## ACTIVITY:
Return every line from the one with "v18 (-3.5,12.499962,1.6)" through the one with "e47 v36 v4 LINE", inclusive, exactly as it appears below.

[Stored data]
━━━━━━━━
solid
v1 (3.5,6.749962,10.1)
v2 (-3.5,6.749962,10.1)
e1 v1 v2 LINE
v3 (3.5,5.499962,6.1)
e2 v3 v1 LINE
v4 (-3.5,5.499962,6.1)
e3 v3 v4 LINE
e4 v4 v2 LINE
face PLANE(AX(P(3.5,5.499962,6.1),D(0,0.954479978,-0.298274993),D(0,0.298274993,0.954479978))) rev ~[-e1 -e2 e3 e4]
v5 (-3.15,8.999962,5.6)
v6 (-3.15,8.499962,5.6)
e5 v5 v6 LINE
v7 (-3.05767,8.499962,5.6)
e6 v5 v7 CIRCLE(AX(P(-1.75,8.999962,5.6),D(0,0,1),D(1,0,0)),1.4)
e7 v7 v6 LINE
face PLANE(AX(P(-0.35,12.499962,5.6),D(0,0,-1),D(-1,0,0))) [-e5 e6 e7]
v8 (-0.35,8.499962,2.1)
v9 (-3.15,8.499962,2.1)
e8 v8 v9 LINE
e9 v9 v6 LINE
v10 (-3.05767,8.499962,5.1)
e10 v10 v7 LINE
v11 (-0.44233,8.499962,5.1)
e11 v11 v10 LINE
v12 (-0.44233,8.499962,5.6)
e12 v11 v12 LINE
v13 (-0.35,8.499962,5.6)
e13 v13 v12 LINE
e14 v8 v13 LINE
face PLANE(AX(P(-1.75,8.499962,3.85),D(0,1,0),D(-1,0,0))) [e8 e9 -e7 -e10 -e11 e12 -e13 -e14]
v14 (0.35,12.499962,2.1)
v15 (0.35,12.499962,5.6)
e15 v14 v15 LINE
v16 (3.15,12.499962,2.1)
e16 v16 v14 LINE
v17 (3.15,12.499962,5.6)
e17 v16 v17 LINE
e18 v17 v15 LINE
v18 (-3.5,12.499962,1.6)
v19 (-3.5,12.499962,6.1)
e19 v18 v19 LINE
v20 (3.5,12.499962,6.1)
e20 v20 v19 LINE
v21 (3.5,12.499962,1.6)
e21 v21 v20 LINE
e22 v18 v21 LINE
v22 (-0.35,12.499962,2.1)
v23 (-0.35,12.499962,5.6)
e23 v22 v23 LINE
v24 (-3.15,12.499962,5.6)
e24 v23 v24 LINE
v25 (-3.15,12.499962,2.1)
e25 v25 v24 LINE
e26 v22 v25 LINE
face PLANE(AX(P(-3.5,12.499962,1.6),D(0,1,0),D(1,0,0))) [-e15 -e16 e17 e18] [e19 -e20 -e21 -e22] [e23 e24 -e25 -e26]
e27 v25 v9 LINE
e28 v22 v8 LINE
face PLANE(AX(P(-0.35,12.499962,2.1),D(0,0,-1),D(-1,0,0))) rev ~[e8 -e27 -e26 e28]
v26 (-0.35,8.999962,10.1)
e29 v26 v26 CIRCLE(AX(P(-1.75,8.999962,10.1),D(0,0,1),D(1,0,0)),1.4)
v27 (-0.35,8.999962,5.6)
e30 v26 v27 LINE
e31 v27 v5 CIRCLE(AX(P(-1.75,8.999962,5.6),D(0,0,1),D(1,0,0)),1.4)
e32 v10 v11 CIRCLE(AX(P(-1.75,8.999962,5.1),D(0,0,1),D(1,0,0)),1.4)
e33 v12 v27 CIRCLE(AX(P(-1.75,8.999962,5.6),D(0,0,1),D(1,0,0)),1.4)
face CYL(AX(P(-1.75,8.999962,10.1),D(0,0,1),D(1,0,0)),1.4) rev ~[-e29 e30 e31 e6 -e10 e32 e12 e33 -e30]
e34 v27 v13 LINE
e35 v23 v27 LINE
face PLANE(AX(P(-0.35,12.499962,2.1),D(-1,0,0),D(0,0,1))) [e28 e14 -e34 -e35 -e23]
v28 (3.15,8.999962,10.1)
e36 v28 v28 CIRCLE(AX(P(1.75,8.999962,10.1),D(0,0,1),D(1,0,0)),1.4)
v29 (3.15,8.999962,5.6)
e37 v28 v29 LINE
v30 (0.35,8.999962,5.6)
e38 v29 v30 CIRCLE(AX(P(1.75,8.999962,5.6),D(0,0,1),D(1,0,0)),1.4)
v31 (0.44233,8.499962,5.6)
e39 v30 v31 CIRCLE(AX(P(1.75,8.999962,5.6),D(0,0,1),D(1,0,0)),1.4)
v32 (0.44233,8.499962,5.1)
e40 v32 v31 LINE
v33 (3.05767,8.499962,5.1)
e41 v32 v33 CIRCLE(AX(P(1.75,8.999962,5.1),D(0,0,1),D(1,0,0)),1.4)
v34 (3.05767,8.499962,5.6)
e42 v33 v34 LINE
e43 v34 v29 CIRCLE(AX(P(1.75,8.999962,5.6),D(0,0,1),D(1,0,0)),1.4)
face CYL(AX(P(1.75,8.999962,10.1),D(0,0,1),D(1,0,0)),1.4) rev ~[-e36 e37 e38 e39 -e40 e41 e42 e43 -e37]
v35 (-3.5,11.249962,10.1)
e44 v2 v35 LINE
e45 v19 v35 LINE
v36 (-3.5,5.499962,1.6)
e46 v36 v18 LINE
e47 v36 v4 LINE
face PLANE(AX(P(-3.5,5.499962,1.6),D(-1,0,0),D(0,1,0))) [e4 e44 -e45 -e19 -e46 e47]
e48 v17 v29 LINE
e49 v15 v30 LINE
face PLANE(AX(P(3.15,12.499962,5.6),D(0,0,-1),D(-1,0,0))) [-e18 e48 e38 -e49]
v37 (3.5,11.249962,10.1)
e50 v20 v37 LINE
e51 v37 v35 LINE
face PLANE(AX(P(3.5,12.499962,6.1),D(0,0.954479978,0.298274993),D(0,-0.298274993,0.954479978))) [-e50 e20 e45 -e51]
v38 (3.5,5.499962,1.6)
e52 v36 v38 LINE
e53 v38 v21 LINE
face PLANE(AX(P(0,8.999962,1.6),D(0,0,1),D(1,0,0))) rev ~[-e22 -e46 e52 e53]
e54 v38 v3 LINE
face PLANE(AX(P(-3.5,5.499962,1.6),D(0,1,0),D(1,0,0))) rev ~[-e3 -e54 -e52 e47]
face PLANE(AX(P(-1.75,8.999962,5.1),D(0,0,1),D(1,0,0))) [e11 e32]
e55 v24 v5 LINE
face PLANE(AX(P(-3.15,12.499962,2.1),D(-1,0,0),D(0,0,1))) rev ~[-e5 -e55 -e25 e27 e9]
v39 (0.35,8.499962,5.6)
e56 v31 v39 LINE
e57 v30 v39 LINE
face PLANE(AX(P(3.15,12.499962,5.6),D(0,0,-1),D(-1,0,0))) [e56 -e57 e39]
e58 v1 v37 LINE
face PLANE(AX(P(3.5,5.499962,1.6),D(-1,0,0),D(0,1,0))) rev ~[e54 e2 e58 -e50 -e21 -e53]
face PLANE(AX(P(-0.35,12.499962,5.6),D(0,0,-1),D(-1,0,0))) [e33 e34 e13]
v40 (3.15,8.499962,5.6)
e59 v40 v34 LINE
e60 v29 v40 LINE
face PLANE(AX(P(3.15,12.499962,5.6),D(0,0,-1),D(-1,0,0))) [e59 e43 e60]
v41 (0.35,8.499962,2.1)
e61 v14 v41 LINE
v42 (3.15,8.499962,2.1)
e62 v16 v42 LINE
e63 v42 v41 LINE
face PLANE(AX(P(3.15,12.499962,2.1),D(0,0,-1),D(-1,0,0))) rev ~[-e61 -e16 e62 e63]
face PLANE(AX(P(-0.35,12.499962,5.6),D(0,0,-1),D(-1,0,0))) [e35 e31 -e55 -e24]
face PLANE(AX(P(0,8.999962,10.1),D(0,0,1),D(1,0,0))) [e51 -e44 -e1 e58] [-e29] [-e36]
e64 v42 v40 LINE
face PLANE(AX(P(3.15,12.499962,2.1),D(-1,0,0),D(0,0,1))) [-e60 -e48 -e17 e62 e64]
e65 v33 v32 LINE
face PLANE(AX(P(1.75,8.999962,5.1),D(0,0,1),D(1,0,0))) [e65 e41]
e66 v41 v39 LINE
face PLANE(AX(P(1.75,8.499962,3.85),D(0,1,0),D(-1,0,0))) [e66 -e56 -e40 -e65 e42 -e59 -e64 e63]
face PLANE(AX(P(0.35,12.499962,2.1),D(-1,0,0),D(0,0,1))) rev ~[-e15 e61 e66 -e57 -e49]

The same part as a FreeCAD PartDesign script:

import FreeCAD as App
import Part
import Sketcher
Q = App.Units.Quantity


def add_polygon(sketch, points):
    """Adds a closed chain of lines whose ends are joined by coincident constraints."""
    first, n = sketch.GeometryCount, len(points)
    for a, b in zip(points, points[1:] + points[:1]):
        sketch.addGeometry(Part.LineSegment(App.Vector(*a, 0), App.Vector(*b, 0)), False)
    for i in range(n):
        sketch.addConstraint(Sketcher.Constraint("Coincident", first + i, 2, first + (i + 1) % n, 1))

doc = App.newDocument("Part")
body = doc.addObject("PartDesign::Body", "Body")

sketch1 = doc.addObject("Sketcher::SketchObject", "Sketch")
body.addObject(sketch1)
sketch1.AttachmentSupport = (doc.XY_Plane, [""])
sketch1.MapMode = "FlatFace"
sketch1.AttachmentOffset = App.Placement(App.Vector(0, 0, 1.6), App.Rotation())
add_polygon(sketch1, [(-4, 12), (-4, 5), (4, 5), (4, 12)])
sketch1.addConstraint(Sketcher.Constraint("Vertical", 0))
sketch1.addConstraint(Sketcher.Constraint("Horizontal", 1))
sketch1.addConstraint(Sketcher.Constraint("Vertical", 2))
sketch1.addConstraint(Sketcher.Constraint("Horizontal", 3))
sketch1.addConstraint(Sketcher.Constraint("Equal", 3, 0))
sketch1.addConstraint(Sketcher.Constraint("DistanceX", 1, 1, 1, 2, Q("7 mm")))
sketch1.addConstraint(Sketcher.Constraint("DistanceX", 0, 2, -1, 1, Q("3.5 mm")))
sketch1.addConstraint(Sketcher.Constraint("DistanceY", -1, 1, 0, 2, Q("5.499962 mm")))
pad1 = doc.addObject("PartDesign::Pad", "Pad")
body.addObject(pad1)
pad1.Profile = sketch1
pad1.Length = 8.5

sketch2 = doc.addObject("Sketcher::SketchObject", "Sketch001")
body.addObject(sketch2)
sketch2.AttachmentSupport = (doc.YZ_Plane, [""])
sketch2.MapMode = "FlatFace"
sketch2.AttachmentOffset = App.Placement(App.Vector(0, 0, 3.5), App.Rotation())
add_polygon(sketch2, [(5.5, 6.1), (6.7, 10.1), (5.5, 10.1)])
add_polygon(sketch2, [(12.5, 10.1), (11.2, 10.1), (12.5, 6.1)])
sketch2.addConstraint(Sketcher.Constraint("Horizontal", 1))
sketch2.addConstraint(Sketcher.Constraint("Vertical", 2))
sketch2.addConstraint(Sketcher.Constraint("Horizontal", 3))
sketch2.addConstraint(Sketcher.Constraint("Vertical", 5))
sketch2.addConstraint(Sketcher.Constraint("Horizontal", 1, 2, 3, 2))
sketch2.addConstraint(Sketcher.Constraint("Horizontal", 2, 2, 4, 2))
sketch2.addConstraint(Sketcher.Constraint("Equal", 1, 3))
sketch2.addConstraint(Sketcher.Constraint("DistanceY", 2, 2, 2, 1, Q("4 mm")))
sketch2.addConstraint(Sketcher.Constraint("DistanceX", 2, 2, 4, 2, Q("7 mm")))
sketch2.addConstraint(Sketcher.Constraint("DistanceX", 1, 2, 1, 1, Q("1.25 mm")))
sketch2.addConstraint(Sketcher.Constraint("DistanceY", -1, 1, 0, 2, Q("10.1 mm")))
sketch2.addConstraint(Sketcher.Constraint("DistanceX", -1, 1, 0, 2, Q("6.749962 mm")))
pocket1 = doc.addObject("PartDesign::Pocket", "Pocket")
body.addObject(pocket1)
pocket1.Profile = sketch2
pocket1.Length = 7

sketch3 = doc.addObject("Sketcher::SketchObject", "Sketch002")
body.addObject(sketch3)
sketch3.AttachmentSupport = (doc.XY_Plane, [""])
sketch3.MapMode = "FlatFace"
sketch3.AttachmentOffset = App.Placement(App.Vector(0, 0, 10.1), App.Rotation())
sketch3.addGeometry(Part.Circle(App.Vector(-1.8, 9, 0), App.Vector(0, 0, 1), 1.4), False)
sketch3.addGeometry(Part.Circle(App.Vector(1.8, 9, 0), App.Vector(0, 0, 1), 1.4), False)
sketch3.addConstraint(Sketcher.Constraint("Equal", 0, 1))
sketch3.addConstraint(Sketcher.Constraint("Symmetric", 0, 3, 1, 3, -2))
sketch3.addConstraint(Sketcher.Constraint("Diameter", 0, Q("2.8 mm")))
sketch3.addConstraint(Sketcher.Constraint("DistanceX", 0, 3, 1, 3, Q("3.5 mm")))
sketch3.addConstraint(Sketcher.Constraint("DistanceY", -1, 1, 0, 3, Q("8.999962 mm")))
pocket2 = doc.addObject("PartDesign::Pocket", "Pocket001")
body.addObject(pocket2)
pocket2.Profile = sketch3
pocket2.Length = 5

sketch4 = doc.addObject("Sketcher::SketchObject", "Sketch003")
body.addObject(sketch4)
sketch4.AttachmentSupport = (doc.XZ_Plane, [""])
sketch4.MapMode = "FlatFace"
sketch4.AttachmentOffset = App.Placement(App.Vector(0, 0, -12.499962), App.Rotation())
add_polygon(sketch4, [(3.1, 5.6), (3.1, 2.1), (0.3, 2.1), (0.3, 5.6)])
add_polygon(sketch4, [(-0.3, 5.6), (-0.3, 2.1), (-3.1, 2.1), (-3.1, 5.6)])
sketch4.addConstraint(Sketcher.Constraint("Vertical", 0))
sketch4.addConstraint(Sketcher.Constraint("Horizontal", 1))
sketch4.addConstraint(Sketcher.Constraint("Vertical", 2))
sketch4.addConstraint(Sketcher.Constraint("Horizontal", 3))
sketch4.addConstraint(Sketcher.Constraint("Vertical", 4))
sketch4.addConstraint(Sketcher.Constraint("Horizontal", 5))
sketch4.addConstraint(Sketcher.Constraint("Vertical", 6))
sketch4.addConstraint(Sketcher.Constraint("Horizontal", 7))
sketch4.addConstraint(Sketcher.Constraint("Symmetric", 1, 2, 4, 2, -2))
sketch4.addConstraint(Sketcher.Constraint("Symmetric", 3, 2, 6, 2, -2))
sketch4.addConstraint(Sketcher.Constraint("DistanceX", 1, 2, 1, 1, Q("2.8 mm")))
sketch4.addConstraint(Sketcher.Constraint("DistanceY", 0, 2, 0, 1, Q("3.5 mm")))
sketch4.addConstraint(Sketcher.Constraint("DistanceY", -1, 1, 0, 2, Q("2.1 mm")))
sketch4.addConstraint(Sketcher.Constraint("DistanceX", 4, 2, 1, 2, Q("0.7 mm")))
pocket3 = doc.addObject("PartDesign::Pocket", "Pocket002")
body.addObject(pocket3)
pocket3.Profile = sketch4
pocket3.Length = 4
pocket3.Reversed = True

doc.recompute()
━━━━━━━━
## ANSWER BOX:
v18 (-3.5,12.499962,1.6)
v19 (-3.5,12.499962,6.1)
e19 v18 v19 LINE
v20 (3.5,12.499962,6.1)
e20 v20 v19 LINE
v21 (3.5,12.499962,1.6)
e21 v21 v20 LINE
e22 v18 v21 LINE
v22 (-0.35,12.499962,2.1)
v23 (-0.35,12.499962,5.6)
e23 v22 v23 LINE
v24 (-3.15,12.499962,5.6)
e24 v23 v24 LINE
v25 (-3.15,12.499962,2.1)
e25 v25 v24 LINE
e26 v22 v25 LINE
face PLANE(AX(P(-3.5,12.499962,1.6),D(0,1,0),D(1,0,0))) [-e15 -e16 e17 e18] [e19 -e20 -e21 -e22] [e23 e24 -e25 -e26]
e27 v25 v9 LINE
e28 v22 v8 LINE
face PLANE(AX(P(-0.35,12.499962,2.1),D(0,0,-1),D(-1,0,0))) rev ~[e8 -e27 -e26 e28]
v26 (-0.35,8.999962,10.1)
e29 v26 v26 CIRCLE(AX(P(-1.75,8.999962,10.1),D(0,0,1),D(1,0,0)),1.4)
v27 (-0.35,8.999962,5.6)
e30 v26 v27 LINE
e31 v27 v5 CIRCLE(AX(P(-1.75,8.999962,5.6),D(0,0,1),D(1,0,0)),1.4)
e32 v10 v11 CIRCLE(AX(P(-1.75,8.999962,5.1),D(0,0,1),D(1,0,0)),1.4)
e33 v12 v27 CIRCLE(AX(P(-1.75,8.999962,5.6),D(0,0,1),D(1,0,0)),1.4)
face CYL(AX(P(-1.75,8.999962,10.1),D(0,0,1),D(1,0,0)),1.4) rev ~[-e29 e30 e31 e6 -e10 e32 e12 e33 -e30]
e34 v27 v13 LINE
e35 v23 v27 LINE
face PLANE(AX(P(-0.35,12.499962,2.1),D(-1,0,0),D(0,0,1))) [e28 e14 -e34 -e35 -e23]
v28 (3.15,8.999962,10.1)
e36 v28 v28 CIRCLE(AX(P(1.75,8.999962,10.1),D(0,0,1),D(1,0,0)),1.4)
v29 (3.15,8.999962,5.6)
e37 v28 v29 LINE
v30 (0.35,8.999962,5.6)
e38 v29 v30 CIRCLE(AX(P(1.75,8.999962,5.6),D(0,0,1),D(1,0,0)),1.4)
v31 (0.44233,8.499962,5.6)
e39 v30 v31 CIRCLE(AX(P(1.75,8.999962,5.6),D(0,0,1),D(1,0,0)),1.4)
v32 (0.44233,8.499962,5.1)
e40 v32 v31 LINE
v33 (3.05767,8.499962,5.1)
e41 v32 v33 CIRCLE(AX(P(1.75,8.999962,5.1),D(0,0,1),D(1,0,0)),1.4)
v34 (3.05767,8.499962,5.6)
e42 v33 v34 LINE
e43 v34 v29 CIRCLE(AX(P(1.75,8.999962,5.6),D(0,0,1),D(1,0,0)),1.4)
face CYL(AX(P(1.75,8.999962,10.1),D(0,0,1),D(1,0,0)),1.4) rev ~[-e36 e37 e38 e39 -e40 e41 e42 e43 -e37]
v35 (-3.5,11.249962,10.1)
e44 v2 v35 LINE
e45 v19 v35 LINE
v36 (-3.5,5.499962,1.6)
e46 v36 v18 LINE
e47 v36 v4 LINE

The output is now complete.